» **What you are asked to do**
Please transcribe exactly, and only, the lines of the data below between the line holding "circle A11 centre" and the line holding "circle A19 centre", inclusive.

» **Exercise materials**
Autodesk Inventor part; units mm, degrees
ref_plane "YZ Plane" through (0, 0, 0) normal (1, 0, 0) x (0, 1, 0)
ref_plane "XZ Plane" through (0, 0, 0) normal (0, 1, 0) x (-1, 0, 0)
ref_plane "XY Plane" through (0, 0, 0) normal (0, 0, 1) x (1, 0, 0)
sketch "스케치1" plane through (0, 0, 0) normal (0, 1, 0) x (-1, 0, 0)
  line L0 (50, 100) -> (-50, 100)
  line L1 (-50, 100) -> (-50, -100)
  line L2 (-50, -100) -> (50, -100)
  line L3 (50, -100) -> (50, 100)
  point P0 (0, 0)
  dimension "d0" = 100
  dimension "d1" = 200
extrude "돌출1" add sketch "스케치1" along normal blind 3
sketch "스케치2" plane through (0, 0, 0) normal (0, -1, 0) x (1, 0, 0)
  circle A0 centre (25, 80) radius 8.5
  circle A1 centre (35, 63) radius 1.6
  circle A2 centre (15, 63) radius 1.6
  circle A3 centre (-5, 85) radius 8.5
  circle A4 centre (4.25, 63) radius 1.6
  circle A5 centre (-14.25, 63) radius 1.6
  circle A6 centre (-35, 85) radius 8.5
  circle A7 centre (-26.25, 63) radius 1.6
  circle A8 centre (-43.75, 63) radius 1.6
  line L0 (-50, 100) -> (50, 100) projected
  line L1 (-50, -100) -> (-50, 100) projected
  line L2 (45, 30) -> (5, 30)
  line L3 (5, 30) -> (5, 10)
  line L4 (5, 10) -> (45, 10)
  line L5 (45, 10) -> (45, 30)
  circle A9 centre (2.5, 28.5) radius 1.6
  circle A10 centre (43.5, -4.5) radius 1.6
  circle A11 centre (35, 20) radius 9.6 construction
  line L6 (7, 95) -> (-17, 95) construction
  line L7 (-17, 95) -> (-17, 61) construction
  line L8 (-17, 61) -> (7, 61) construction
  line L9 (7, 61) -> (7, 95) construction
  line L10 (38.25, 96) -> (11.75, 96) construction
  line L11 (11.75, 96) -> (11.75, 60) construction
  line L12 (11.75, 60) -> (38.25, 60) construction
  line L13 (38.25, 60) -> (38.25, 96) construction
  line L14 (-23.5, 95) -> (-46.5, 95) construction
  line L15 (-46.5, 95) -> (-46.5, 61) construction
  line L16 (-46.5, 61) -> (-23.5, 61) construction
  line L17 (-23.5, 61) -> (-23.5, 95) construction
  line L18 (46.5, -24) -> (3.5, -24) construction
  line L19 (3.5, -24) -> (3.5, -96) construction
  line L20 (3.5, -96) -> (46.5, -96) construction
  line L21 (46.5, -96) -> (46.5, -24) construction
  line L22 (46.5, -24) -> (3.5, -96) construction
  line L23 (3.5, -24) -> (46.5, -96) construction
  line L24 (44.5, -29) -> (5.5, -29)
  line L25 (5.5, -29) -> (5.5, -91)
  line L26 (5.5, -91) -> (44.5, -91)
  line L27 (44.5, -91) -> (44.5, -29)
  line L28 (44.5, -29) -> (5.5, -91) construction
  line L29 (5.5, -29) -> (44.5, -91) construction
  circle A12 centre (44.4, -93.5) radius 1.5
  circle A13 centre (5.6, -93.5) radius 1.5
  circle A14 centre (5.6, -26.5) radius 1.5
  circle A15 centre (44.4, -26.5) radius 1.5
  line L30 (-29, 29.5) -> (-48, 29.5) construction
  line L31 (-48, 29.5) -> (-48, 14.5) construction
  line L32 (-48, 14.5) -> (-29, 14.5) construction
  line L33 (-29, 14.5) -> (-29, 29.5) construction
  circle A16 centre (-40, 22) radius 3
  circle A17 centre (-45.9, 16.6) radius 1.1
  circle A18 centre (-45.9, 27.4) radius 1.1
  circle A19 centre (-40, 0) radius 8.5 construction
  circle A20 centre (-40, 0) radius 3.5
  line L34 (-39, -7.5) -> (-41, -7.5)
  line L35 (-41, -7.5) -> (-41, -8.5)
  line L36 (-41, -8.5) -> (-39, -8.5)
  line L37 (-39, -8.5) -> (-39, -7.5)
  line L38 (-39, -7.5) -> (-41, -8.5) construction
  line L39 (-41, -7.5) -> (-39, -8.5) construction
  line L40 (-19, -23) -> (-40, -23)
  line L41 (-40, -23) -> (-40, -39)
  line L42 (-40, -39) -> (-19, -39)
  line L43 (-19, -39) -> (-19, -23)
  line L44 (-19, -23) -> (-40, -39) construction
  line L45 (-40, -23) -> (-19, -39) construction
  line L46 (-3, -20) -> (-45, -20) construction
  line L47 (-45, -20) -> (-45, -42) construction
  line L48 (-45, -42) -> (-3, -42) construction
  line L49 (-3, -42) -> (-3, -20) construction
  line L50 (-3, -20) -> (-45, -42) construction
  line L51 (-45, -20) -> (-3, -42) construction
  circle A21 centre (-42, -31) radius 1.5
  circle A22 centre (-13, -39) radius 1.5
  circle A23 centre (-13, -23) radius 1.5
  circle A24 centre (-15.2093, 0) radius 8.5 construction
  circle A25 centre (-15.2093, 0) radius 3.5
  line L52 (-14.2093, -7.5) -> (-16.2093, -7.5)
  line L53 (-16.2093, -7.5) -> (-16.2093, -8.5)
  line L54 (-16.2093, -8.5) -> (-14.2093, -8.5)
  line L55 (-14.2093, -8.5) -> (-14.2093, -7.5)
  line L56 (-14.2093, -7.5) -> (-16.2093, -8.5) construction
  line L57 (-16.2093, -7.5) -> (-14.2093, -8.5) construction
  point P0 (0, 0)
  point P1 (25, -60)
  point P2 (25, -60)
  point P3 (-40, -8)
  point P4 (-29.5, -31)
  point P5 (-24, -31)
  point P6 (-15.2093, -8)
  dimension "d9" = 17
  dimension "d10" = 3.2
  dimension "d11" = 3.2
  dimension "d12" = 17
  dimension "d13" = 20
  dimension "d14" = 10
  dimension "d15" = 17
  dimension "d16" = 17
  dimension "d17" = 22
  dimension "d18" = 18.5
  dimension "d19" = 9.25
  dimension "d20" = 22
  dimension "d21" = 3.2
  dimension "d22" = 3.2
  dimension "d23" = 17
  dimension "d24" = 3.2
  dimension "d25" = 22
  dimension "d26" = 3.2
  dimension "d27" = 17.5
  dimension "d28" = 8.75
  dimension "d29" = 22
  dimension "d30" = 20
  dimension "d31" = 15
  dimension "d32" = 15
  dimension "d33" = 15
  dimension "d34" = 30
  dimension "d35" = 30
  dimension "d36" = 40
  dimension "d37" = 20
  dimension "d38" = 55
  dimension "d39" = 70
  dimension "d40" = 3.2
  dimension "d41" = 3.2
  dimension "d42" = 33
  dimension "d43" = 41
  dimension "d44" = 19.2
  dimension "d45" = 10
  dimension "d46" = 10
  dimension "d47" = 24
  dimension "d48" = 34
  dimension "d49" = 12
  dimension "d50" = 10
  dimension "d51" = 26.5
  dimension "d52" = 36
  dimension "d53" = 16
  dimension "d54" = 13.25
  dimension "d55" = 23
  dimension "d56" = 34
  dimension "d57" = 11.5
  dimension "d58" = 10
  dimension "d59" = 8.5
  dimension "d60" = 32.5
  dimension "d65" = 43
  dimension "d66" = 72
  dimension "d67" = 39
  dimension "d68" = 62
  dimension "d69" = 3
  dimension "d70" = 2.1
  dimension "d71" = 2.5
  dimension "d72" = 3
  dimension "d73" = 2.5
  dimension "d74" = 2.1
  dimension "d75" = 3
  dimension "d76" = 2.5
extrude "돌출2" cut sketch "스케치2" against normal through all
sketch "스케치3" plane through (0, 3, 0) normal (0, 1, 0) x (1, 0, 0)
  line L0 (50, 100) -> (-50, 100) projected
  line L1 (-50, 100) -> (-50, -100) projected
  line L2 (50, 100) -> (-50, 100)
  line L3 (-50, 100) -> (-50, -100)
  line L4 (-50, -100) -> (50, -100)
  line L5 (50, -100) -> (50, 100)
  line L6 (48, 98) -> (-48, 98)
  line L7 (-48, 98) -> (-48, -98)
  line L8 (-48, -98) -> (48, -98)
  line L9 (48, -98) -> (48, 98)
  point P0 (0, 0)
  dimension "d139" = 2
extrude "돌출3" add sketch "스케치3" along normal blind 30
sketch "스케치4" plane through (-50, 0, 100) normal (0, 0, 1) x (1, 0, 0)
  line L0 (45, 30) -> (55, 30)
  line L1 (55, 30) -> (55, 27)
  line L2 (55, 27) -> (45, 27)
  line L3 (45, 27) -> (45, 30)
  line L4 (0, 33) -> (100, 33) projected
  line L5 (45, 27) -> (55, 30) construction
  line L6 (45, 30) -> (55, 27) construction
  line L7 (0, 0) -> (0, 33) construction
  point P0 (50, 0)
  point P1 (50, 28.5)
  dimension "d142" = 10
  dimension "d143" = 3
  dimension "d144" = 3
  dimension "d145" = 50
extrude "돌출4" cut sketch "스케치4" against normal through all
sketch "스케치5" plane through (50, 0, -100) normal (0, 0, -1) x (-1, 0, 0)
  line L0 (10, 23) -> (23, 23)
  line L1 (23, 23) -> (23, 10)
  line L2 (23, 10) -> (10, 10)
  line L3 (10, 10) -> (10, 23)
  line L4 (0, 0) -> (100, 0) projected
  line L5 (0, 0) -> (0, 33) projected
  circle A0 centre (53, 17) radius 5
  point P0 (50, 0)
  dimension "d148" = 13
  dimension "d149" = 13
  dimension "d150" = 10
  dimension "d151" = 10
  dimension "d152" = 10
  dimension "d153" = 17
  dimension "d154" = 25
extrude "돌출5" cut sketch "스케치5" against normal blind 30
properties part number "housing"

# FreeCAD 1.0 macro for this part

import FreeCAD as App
import Part
import Sketcher

doc = App.newDocument("Part")
params = doc.addObject("Spreadsheet::Sheet", "Params")
for row, (alias, value) in enumerate([
    ("sketch1_width", "100 mm"),
    ("sketch1_height", "200 mm"),
    ("pad1_length", "3 mm"),
    ("sketch2_diameter", "17 mm"),
    ("sketch2_diameter2", "3 mm"),
    ("sketch2_diameter3", "6 mm"),
    ("sketch2_diameter4", "3.2 mm"),
    ("sketch2_width", "40 mm"),
    ("sketch3_width", "100 mm"),
    ("sketch3_height", "200 mm"),
    ("pad2_length", "30 mm"),
    ("sketch4_width", "10 mm"),
    ("sketch4_height", "3 mm"),
    ("sketch5_diameter", "10 mm"),
    ("sketch5_width", "13 mm"),
    ("pocket3_length", "30 mm"),
], start=1):
    params.set(f"A{row}", alias)
    params.set(f"B{row}", "=" + value)
    params.setAlias(f"B{row}", alias)

body = doc.addObject("PartDesign::Body", "Body")

# Sketch on XZ plane
sketch1 = body.newObject("Sketcher::SketchObject", "Sketch")
sketch1.AttachmentSupport = (doc.getObject("XZ_Plane"), [""])
sketch1.MapMode = "FlatFace"
sketch1.addGeometry([
    Part.LineSegment(App.Vector(-50, -100, 0), App.Vector(-50, 100, 0)),
    Part.LineSegment(App.Vector(-50, 100, 0), App.Vector(50, 100, 0)),
    Part.LineSegment(App.Vector(50, 100, 0), App.Vector(50, -100, 0)),
    Part.LineSegment(App.Vector(50, -100, 0), App.Vector(-50, -100, 0)),
], False)
sketch1.addConstraint([
    Sketcher.Constraint("Coincident", 0, 2, 1, 1),
    Sketcher.Constraint("Coincident", 1, 2, 2, 1),
    Sketcher.Constraint("Coincident", 2, 2, 3, 1),
    Sketcher.Constraint("Coincident", 3, 2, 0, 1),
    Sketcher.Constraint("Vertical", 0),
    Sketcher.Constraint("Horizontal", 1),
    Sketcher.Constraint("Vertical", 2),
    Sketcher.Constraint("Horizontal", 3),
    Sketcher.Constraint("Symmetric", 0, 2, 2, 2, -1, 1),
    Sketcher.Constraint("DistanceX", 1, 1, 1, 2, 100.0),
    Sketcher.Constraint("DistanceY", 0, 1, 0, 2, 200.0),
])
sketch1.setExpression("Constraints[9]", "Params.sketch1_width")
sketch1.setExpression("Constraints[10]", "Params.sketch1_height")
pad1 = body.newObject("PartDesign::Pad", "Pad")
pad1.Profile = sketch1
pad1.setExpression("Length", "Params.pad1_length")
pad1.Reversed = True
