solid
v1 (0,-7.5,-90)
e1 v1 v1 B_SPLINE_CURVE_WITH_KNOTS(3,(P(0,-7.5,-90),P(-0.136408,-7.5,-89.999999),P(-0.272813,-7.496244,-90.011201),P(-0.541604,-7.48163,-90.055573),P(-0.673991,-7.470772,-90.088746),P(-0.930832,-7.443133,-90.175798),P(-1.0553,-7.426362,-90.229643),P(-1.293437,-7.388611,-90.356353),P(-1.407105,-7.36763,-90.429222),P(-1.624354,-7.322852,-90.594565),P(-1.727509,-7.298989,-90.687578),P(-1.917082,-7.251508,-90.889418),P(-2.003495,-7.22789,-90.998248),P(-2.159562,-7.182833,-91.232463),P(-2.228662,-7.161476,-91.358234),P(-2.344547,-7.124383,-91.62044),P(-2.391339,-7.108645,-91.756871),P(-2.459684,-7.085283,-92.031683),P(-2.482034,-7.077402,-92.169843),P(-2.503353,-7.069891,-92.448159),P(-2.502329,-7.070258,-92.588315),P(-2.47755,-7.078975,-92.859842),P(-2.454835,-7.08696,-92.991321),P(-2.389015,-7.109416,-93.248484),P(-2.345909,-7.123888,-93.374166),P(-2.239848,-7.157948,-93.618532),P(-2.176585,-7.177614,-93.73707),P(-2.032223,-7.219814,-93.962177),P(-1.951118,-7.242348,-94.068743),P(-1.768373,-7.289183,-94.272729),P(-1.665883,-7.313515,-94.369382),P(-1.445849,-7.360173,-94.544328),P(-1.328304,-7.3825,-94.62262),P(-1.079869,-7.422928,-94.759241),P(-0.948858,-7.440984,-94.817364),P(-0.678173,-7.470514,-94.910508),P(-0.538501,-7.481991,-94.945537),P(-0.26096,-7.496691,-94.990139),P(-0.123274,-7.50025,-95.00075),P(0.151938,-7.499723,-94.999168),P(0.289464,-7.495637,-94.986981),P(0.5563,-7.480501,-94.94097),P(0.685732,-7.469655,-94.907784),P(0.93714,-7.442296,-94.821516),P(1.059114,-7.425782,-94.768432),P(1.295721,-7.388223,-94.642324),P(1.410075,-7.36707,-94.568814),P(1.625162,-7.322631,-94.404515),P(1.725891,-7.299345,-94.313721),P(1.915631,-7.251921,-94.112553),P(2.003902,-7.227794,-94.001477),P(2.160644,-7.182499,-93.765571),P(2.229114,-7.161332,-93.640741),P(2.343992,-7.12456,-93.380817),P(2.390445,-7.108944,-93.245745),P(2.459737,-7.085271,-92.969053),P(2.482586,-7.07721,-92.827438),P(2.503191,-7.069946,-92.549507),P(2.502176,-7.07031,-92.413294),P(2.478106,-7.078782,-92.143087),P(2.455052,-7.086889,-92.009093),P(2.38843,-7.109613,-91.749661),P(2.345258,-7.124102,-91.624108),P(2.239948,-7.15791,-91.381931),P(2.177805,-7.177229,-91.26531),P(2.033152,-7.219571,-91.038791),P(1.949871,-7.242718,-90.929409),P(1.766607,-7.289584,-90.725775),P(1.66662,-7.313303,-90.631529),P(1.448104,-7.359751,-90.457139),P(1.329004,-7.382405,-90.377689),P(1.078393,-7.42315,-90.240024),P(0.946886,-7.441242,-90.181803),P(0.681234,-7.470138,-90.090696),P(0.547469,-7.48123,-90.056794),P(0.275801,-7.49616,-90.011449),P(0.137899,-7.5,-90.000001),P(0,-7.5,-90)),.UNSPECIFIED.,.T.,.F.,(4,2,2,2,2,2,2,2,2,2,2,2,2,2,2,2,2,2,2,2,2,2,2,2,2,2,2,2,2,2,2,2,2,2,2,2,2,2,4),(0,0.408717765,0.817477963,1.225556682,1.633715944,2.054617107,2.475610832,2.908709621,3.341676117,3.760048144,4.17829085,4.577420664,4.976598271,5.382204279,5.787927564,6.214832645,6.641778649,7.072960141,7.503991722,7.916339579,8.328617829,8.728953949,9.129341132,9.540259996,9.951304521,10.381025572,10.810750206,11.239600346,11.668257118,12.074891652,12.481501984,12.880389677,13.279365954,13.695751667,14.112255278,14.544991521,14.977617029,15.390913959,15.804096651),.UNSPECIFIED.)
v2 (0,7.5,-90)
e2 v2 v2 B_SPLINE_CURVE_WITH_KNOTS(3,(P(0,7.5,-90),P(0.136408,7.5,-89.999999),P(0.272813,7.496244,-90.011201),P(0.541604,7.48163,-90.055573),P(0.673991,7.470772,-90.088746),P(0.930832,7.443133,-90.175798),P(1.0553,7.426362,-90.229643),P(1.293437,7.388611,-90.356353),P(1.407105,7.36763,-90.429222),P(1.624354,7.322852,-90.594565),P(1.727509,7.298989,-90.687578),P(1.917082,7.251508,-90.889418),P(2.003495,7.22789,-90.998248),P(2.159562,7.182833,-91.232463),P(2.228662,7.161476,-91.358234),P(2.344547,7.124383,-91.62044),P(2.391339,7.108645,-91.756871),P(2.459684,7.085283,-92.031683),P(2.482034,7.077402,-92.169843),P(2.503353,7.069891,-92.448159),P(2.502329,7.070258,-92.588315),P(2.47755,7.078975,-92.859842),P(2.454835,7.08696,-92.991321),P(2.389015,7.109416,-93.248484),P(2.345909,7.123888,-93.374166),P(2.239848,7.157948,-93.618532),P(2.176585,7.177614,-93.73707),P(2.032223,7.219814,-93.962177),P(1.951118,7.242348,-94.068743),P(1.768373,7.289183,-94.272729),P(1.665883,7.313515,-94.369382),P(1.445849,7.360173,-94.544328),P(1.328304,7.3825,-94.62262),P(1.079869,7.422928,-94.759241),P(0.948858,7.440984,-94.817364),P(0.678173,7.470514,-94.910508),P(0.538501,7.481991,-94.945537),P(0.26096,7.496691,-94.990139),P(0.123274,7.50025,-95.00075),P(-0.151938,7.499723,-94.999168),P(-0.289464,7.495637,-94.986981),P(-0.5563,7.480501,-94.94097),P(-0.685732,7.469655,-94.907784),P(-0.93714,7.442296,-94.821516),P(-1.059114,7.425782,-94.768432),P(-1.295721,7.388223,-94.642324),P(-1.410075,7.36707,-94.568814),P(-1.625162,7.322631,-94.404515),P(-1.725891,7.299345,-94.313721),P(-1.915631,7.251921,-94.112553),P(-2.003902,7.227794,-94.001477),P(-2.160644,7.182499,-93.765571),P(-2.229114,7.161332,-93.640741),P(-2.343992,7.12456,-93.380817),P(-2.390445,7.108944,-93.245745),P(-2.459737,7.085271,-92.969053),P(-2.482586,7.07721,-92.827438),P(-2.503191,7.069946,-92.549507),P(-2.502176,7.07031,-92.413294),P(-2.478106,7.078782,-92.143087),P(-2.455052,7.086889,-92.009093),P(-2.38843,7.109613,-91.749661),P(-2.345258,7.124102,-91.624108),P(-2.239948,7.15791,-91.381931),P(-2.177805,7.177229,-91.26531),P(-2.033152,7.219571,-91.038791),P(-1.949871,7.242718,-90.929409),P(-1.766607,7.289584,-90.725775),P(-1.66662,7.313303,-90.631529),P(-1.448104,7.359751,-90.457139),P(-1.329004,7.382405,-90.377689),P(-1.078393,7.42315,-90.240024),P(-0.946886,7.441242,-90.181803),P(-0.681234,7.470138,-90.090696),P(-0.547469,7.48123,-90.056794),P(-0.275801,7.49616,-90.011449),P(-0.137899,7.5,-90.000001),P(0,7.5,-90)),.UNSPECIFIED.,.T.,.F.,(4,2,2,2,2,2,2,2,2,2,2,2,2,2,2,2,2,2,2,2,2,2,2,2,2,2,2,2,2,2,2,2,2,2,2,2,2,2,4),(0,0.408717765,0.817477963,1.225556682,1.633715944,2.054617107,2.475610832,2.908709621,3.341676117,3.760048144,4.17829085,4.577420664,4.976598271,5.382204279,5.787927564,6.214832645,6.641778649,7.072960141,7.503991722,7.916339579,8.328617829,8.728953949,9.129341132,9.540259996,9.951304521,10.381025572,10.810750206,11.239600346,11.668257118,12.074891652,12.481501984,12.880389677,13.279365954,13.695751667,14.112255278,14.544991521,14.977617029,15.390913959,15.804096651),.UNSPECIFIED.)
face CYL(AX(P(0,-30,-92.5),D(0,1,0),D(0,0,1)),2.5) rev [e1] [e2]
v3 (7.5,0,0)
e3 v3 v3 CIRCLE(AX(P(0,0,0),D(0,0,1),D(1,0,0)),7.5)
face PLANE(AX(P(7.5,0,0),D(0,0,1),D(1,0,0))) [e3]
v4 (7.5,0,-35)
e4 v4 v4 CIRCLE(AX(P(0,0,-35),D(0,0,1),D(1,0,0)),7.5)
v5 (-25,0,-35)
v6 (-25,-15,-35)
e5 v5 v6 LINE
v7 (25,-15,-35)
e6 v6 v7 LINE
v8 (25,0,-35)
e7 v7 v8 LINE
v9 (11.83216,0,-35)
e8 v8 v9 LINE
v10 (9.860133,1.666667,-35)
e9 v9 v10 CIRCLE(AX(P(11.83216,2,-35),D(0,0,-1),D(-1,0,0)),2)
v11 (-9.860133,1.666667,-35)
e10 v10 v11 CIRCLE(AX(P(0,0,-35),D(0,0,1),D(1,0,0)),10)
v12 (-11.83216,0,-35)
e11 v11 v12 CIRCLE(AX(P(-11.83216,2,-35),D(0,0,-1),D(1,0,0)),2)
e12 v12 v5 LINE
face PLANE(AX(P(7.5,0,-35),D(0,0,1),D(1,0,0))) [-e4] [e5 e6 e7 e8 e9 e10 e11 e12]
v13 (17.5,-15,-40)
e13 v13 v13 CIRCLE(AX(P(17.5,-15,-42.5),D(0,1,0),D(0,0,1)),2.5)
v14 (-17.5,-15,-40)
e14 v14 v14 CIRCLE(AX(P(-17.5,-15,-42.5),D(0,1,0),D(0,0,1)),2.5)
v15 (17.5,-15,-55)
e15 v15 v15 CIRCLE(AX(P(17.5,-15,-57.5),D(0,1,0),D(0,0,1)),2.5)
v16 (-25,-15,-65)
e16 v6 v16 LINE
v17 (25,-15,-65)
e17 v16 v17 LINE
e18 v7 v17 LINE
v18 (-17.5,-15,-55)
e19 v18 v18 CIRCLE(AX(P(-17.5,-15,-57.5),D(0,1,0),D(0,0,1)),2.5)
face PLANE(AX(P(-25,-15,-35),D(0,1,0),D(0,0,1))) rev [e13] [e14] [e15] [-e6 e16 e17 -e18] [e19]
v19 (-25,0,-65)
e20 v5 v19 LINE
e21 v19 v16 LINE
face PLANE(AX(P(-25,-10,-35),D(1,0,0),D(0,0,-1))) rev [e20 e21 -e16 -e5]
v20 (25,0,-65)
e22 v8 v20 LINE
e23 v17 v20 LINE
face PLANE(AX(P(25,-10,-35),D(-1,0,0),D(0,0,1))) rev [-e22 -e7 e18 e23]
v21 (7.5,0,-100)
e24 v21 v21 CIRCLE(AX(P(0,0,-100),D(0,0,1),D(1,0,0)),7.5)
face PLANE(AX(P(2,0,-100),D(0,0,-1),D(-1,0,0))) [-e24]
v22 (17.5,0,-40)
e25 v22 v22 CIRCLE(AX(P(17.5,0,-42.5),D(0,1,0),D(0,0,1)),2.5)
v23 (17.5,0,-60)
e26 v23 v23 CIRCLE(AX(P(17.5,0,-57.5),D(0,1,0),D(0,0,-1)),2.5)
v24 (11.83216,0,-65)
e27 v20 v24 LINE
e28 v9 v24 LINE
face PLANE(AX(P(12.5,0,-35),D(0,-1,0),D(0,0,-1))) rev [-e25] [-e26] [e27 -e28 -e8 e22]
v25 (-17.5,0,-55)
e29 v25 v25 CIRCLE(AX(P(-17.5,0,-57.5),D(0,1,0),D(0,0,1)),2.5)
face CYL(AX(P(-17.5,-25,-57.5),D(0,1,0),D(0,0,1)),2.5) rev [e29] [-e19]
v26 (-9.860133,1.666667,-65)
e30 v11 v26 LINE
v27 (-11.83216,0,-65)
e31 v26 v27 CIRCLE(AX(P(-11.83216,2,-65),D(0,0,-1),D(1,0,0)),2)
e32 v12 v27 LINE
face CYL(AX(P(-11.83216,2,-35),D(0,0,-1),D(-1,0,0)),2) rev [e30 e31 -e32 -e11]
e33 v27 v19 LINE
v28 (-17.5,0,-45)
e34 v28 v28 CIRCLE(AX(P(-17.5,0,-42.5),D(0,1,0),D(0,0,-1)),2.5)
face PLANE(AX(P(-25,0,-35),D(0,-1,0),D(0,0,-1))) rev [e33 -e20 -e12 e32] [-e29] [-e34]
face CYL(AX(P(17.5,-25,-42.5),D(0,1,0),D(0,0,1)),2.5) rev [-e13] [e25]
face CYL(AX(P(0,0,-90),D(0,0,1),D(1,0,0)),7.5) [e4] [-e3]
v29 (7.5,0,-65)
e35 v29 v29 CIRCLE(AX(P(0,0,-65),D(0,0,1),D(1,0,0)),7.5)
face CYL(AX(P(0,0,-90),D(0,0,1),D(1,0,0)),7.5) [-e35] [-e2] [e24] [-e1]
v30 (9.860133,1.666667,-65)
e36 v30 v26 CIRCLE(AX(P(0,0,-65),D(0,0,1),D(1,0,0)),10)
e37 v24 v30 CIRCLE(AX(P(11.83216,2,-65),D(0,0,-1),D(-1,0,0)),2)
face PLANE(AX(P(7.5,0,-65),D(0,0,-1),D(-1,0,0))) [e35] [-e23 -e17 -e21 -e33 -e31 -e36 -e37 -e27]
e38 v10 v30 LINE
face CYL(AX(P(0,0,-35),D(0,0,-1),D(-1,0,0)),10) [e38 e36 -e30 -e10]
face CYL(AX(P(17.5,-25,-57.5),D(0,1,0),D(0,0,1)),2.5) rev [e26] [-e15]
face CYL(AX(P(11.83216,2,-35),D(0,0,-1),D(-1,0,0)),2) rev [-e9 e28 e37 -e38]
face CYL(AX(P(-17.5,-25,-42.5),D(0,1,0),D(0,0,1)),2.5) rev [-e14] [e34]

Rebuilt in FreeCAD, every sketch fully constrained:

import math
import FreeCAD as App
import Part
import Sketcher

V = App.Vector
Q = App.Units.Quantity

doc = App.newDocument("Part")
params = doc.addObject("Spreadsheet::Sheet", "Params")
for row, (alias, value) in enumerate([
    ("sketch1_height", "100 mm"),
    ("sketch1_height2", "35 mm"),
    ("sketch1_width", "7.5 mm"),
    ("sketch1_width2", "1.5 mm"),
    ("revolution_angle", "360 deg"),
    ("sketch2_radius", "2 mm"),
    ("sketch2_radius2", "10 mm"),
    ("sketch2_width", "50 mm"),
    ("sketch2_height", "15 mm"),
    ("pad1_length", "15 mm"),
    ("pad1_length2", "15 mm"),
    ("sketch3_diameter", "5 mm"),
    ("pocket1_length", "25 mm"),
    ("sketch4_diameter", "5 mm"),
], start=1):
    params.set(f"A{row}", alias)
    params.set(f"B{row}", "=" + value)
    params.setAlias(f"B{row}", alias)

body = doc.addObject("PartDesign::Body", "Body")

# Sketch on XZ plane
sketch1 = doc.addObject("Sketcher::SketchObject", "Sketch")
body.addObject(sketch1)
sketch1.AttachmentSupport = (doc.XZ_Plane, [""])
sketch1.MapMode = "FlatFace"
sketch1.addGeometry([
    Part.LineSegment(V(0, -100, 0), V(0, 0, 0)),  # 0
    Part.LineSegment(V(0, 0, 0), V(7.5, 0, 0)),  # 1
    Part.LineSegment(V(7.5, 0, 0), V(7.5, -35, 0)),  # 2
    Part.LineSegment(V(7.5, -35, 0), V(9, -35, 0)),  # 3
    Part.LineSegment(V(9, -35, 0), V(9, -65, 0)),  # 4
    Part.LineSegment(V(9, -65, 0), V(7.5, -65, 0)),  # 5
    Part.LineSegment(V(7.5, -65, 0), V(7.5, -100, 0)),  # 6
    Part.LineSegment(V(7.5, -100, 0), V(0, -100, 0)),  # 7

» **Task answer**
  circle A11 centre (35, 20) radius 9.6 construction
  line L6 (7, 95) -> (-17, 95) construction
  line L7 (-17, 95) -> (-17, 61) construction
  line L8 (-17, 61) -> (7, 61) construction
  line L9 (7, 61) -> (7, 95) construction
  line L10 (38.25, 96) -> (11.75, 96) construction
  line L11 (11.75, 96) -> (11.75, 60) construction
  line L12 (11.75, 60) -> (38.25, 60) construction
  line L13 (38.25, 60) -> (38.25, 96) construction
  line L14 (-23.5, 95) -> (-46.5, 95) construction
  line L15 (-46.5, 95) -> (-46.5, 61) construction
  line L16 (-46.5, 61) -> (-23.5, 61) construction
  line L17 (-23.5, 61) -> (-23.5, 95) construction
  line L18 (46.5, -24) -> (3.5, -24) construction
  line L19 (3.5, -24) -> (3.5, -96) construction
  line L20 (3.5, -96) -> (46.5, -96) construction
  line L21 (46.5, -96) -> (46.5, -24) construction
  line L22 (46.5, -24) -> (3.5, -96) construction
  line L23 (3.5, -24) -> (46.5, -96) construction
  line L24 (44.5, -29) -> (5.5, -29)
  line L25 (5.5, -29) -> (5.5, -91)
  line L26 (5.5, -91) -> (44.5, -91)
  line L27 (44.5, -91) -> (44.5, -29)
  line L28 (44.5, -29) -> (5.5, -91) construction
  line L29 (5.5, -29) -> (44.5, -91) construction
  circle A12 centre (44.4, -93.5) radius 1.5
  circle A13 centre (5.6, -93.5) radius 1.5
  circle A14 centre (5.6, -26.5) radius 1.5
  circle A15 centre (44.4, -26.5) radius 1.5
  line L30 (-29, 29.5) -> (-48, 29.5) construction
  line L31 (-48, 29.5) -> (-48, 14.5) construction
  line L32 (-48, 14.5) -> (-29, 14.5) construction
  line L33 (-29, 14.5) -> (-29, 29.5) construction
  circle A16 centre (-40, 22) radius 3
  circle A17 centre (-45.9, 16.6) radius 1.1
  circle A18 centre (-45.9, 27.4) radius 1.1
  circle A19 centre (-40, 0) radius 8.5 construction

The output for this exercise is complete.